The onset of thermal convection is a very active research field due to the numerous applications in real world phenomena (see, for example, [1,2,3] and references therein). Recently, a great attention has been played to bidispersive porous media. A bidispersive porous medium is composed by clusters of large particles that are agglomerations of small particles that can be looked as a porous medium in which fractures or tunnels are introduced (see [4,5,6]). Denoting by $\mathsf{\Phi }$ and $\epsilon$ the porosity associated with the macro pores between the clusters and the porosity of the micro pores within the clusters, respectively, the fraction of volume occupied by the micro pores is $\epsilon (1-\mathsf{\Phi })$ while the solid skeleton occupies the fraction of volume $(1-\epsilon )(1-\mathsf{\Phi })$. Bidispersive porous media may be artificial [6] and they are involved in many real engineering processes and geophysical applications, such as, for example, in thermal convection in heat pipes [7], in the theory of landslides [8], as catalyst in the production of high octane petrol [9].

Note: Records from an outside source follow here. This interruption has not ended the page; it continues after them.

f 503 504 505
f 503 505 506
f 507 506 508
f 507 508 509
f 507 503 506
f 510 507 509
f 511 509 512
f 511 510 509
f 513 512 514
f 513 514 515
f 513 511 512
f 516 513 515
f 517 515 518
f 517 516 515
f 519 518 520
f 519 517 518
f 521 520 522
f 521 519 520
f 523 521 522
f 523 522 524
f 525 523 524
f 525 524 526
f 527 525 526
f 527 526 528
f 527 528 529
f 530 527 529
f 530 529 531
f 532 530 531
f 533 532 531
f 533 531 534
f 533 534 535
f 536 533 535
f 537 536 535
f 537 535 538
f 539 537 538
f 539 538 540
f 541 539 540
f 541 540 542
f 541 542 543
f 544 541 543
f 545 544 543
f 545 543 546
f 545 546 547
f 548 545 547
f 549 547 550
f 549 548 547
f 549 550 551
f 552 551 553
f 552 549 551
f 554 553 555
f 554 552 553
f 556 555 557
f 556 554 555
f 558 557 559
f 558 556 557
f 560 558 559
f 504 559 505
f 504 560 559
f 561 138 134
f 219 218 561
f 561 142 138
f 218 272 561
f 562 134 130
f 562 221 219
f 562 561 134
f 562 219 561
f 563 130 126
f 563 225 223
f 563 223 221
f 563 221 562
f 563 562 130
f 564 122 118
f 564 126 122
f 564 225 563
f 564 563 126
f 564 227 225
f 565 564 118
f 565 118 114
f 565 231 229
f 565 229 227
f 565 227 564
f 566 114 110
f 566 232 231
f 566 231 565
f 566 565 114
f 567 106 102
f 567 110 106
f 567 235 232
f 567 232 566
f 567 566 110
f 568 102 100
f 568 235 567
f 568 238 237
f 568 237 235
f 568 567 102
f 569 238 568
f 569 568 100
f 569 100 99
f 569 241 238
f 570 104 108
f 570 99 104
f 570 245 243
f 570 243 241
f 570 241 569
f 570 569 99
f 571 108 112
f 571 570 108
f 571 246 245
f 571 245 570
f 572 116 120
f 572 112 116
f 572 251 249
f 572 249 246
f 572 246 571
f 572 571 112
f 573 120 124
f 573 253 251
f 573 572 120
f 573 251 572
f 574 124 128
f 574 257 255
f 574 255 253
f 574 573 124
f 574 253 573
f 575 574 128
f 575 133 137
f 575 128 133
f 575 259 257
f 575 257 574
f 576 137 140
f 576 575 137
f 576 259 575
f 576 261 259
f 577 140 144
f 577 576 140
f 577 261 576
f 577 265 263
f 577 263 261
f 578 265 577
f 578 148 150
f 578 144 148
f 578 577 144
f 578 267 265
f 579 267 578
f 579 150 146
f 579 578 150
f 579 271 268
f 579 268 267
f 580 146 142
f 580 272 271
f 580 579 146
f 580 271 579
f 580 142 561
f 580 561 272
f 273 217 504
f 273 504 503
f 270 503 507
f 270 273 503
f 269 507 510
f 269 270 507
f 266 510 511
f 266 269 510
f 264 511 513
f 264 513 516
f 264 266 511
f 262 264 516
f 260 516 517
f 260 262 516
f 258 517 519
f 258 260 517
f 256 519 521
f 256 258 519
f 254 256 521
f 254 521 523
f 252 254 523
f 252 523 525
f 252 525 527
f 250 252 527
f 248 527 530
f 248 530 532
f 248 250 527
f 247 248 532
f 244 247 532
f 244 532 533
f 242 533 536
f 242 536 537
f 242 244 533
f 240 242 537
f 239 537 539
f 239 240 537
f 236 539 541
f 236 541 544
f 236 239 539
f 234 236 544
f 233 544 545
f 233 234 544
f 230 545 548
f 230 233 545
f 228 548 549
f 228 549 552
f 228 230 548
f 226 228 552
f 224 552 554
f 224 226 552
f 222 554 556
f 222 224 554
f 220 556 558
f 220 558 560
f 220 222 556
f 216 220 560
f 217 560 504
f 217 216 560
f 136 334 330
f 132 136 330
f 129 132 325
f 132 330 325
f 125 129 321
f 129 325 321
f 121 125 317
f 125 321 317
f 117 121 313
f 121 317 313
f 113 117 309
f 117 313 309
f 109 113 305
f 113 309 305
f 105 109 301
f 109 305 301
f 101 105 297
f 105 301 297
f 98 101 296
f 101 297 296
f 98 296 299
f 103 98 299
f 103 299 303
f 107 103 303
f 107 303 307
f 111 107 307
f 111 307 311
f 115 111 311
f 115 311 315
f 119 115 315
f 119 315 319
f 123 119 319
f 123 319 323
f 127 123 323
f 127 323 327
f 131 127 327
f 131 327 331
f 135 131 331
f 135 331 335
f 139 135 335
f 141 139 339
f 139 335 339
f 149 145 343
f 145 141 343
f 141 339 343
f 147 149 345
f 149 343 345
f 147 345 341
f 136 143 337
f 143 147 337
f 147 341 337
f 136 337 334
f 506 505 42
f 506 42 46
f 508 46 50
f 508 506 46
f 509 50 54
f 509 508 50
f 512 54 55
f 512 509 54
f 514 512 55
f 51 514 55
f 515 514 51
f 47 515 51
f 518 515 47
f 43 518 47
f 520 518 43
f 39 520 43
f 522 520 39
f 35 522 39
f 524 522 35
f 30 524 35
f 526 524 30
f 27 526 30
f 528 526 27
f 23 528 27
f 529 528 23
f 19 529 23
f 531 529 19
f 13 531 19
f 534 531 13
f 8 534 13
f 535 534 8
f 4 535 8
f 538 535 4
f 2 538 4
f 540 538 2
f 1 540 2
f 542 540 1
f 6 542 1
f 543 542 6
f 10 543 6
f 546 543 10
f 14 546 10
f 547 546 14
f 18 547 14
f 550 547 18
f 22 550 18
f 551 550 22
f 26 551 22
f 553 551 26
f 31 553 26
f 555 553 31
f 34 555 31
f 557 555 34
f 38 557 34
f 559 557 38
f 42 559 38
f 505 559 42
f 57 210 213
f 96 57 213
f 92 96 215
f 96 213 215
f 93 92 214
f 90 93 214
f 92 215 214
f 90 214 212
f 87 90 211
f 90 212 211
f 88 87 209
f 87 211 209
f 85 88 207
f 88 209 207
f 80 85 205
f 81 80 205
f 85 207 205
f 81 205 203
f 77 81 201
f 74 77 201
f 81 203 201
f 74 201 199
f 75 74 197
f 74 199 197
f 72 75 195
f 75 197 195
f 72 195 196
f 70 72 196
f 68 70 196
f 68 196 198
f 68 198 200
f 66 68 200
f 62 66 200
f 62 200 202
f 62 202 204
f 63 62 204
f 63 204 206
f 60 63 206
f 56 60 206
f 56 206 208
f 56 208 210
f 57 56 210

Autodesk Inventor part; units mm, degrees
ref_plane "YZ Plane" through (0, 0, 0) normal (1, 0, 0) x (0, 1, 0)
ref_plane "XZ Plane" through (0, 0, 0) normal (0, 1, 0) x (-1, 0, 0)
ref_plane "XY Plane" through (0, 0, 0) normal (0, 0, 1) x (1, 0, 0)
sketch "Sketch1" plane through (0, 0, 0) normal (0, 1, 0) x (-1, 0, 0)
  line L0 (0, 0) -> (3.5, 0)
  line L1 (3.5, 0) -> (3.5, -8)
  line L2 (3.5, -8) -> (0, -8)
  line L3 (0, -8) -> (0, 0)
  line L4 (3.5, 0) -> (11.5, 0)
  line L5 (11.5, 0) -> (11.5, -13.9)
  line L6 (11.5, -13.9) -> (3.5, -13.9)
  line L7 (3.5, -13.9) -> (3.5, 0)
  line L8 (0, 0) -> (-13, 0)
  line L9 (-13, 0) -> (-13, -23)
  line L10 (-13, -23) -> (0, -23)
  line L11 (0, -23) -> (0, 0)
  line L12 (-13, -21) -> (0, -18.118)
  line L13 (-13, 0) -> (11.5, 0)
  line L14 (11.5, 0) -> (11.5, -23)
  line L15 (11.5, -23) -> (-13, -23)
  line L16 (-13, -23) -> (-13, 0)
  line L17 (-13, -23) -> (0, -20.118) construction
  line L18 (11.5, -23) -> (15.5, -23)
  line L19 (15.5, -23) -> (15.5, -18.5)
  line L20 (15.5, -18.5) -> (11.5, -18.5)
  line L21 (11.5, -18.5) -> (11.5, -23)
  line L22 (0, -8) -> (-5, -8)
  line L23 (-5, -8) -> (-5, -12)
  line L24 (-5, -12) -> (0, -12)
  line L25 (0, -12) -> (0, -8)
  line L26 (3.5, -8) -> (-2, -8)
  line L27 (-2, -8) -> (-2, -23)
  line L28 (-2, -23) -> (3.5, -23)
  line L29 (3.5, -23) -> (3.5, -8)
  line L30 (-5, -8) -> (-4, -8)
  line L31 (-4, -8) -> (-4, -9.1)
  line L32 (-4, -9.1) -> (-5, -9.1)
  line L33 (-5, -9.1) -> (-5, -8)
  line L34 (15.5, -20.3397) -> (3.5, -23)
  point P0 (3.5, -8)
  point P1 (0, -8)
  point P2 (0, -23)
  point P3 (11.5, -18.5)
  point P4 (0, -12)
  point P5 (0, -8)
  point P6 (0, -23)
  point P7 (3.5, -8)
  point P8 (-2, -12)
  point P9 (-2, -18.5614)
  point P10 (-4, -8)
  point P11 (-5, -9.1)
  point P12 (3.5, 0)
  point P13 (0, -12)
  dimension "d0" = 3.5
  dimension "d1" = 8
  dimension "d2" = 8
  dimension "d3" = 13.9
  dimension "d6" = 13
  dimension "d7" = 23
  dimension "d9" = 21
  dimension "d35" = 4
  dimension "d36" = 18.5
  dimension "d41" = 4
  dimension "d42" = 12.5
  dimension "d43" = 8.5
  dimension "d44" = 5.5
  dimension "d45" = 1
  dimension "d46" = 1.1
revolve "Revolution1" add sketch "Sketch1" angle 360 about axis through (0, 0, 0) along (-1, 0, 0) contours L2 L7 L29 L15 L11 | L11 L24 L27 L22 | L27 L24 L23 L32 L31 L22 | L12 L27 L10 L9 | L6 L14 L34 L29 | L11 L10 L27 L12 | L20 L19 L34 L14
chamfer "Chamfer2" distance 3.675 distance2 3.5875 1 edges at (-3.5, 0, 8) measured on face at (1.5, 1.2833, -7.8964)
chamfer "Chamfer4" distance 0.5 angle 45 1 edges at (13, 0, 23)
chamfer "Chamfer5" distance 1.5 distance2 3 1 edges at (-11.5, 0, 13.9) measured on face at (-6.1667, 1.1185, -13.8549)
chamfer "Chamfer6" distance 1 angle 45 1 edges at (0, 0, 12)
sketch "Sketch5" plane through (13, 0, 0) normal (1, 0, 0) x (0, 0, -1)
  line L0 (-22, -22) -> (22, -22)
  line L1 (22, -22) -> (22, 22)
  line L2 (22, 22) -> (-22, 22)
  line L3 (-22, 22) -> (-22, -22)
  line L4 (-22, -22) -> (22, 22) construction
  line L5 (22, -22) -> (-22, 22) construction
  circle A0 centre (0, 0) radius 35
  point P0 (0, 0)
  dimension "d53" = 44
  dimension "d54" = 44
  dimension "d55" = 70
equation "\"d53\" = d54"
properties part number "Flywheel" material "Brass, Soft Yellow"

Recently, in [10], the effect of Vadasz number on thermohaline convection in a horizontal bidispersive layer, has been investigated. In particular, the destabilizing effect of heating from below opposite to the stabilizing effect of the layer salted from below is studied. The effect of Vadasz number has been widely studied for a single porosity medium [11,12,13,14,15,16,17,18,19], together with other effects, such as the influence of an external magnetic field acting on an electrically conducting fluid [15] and the presence of a chemical dissolved in the fluid [16]. In these models, a generalized Darcy equation is employed to include the time derivative term, multiplied by a positive constant, of the seepage velocity. In [18], Vadasz pointed out that the inertia term has a strong effect on the onset of convection in a rotating porous layer. The uniform rotation in porous media finds relevant applications in the food process industry, in geophysics, and in the chemical industry dealing with rotating machinery. For this reason, many papers are devoted to the onset of thermal convection in rotating porous media (see, for example, [20,21,22,23,24,25,26] and references therein). As it is well known, convection can be named steady or oscillatory according to the secondary motion, arising when the initial rest state loses its stability, is steady or oscillatory. The transition from the steady rest state to an oscillatory solution (i.e., the onset of oscillatory convection) captures the interest of many researchers, because it is “less continuous” with respect to the onset of steady convection and because the oscillatory convection is used in various fields that involve industrial and geophysical processes. Recently, in [27], the Coriolis effect has been analyzed in bidispersive porous layers showing that the thermal convection can only arise via a steady state (i.e., the principle of exchange of stability holds).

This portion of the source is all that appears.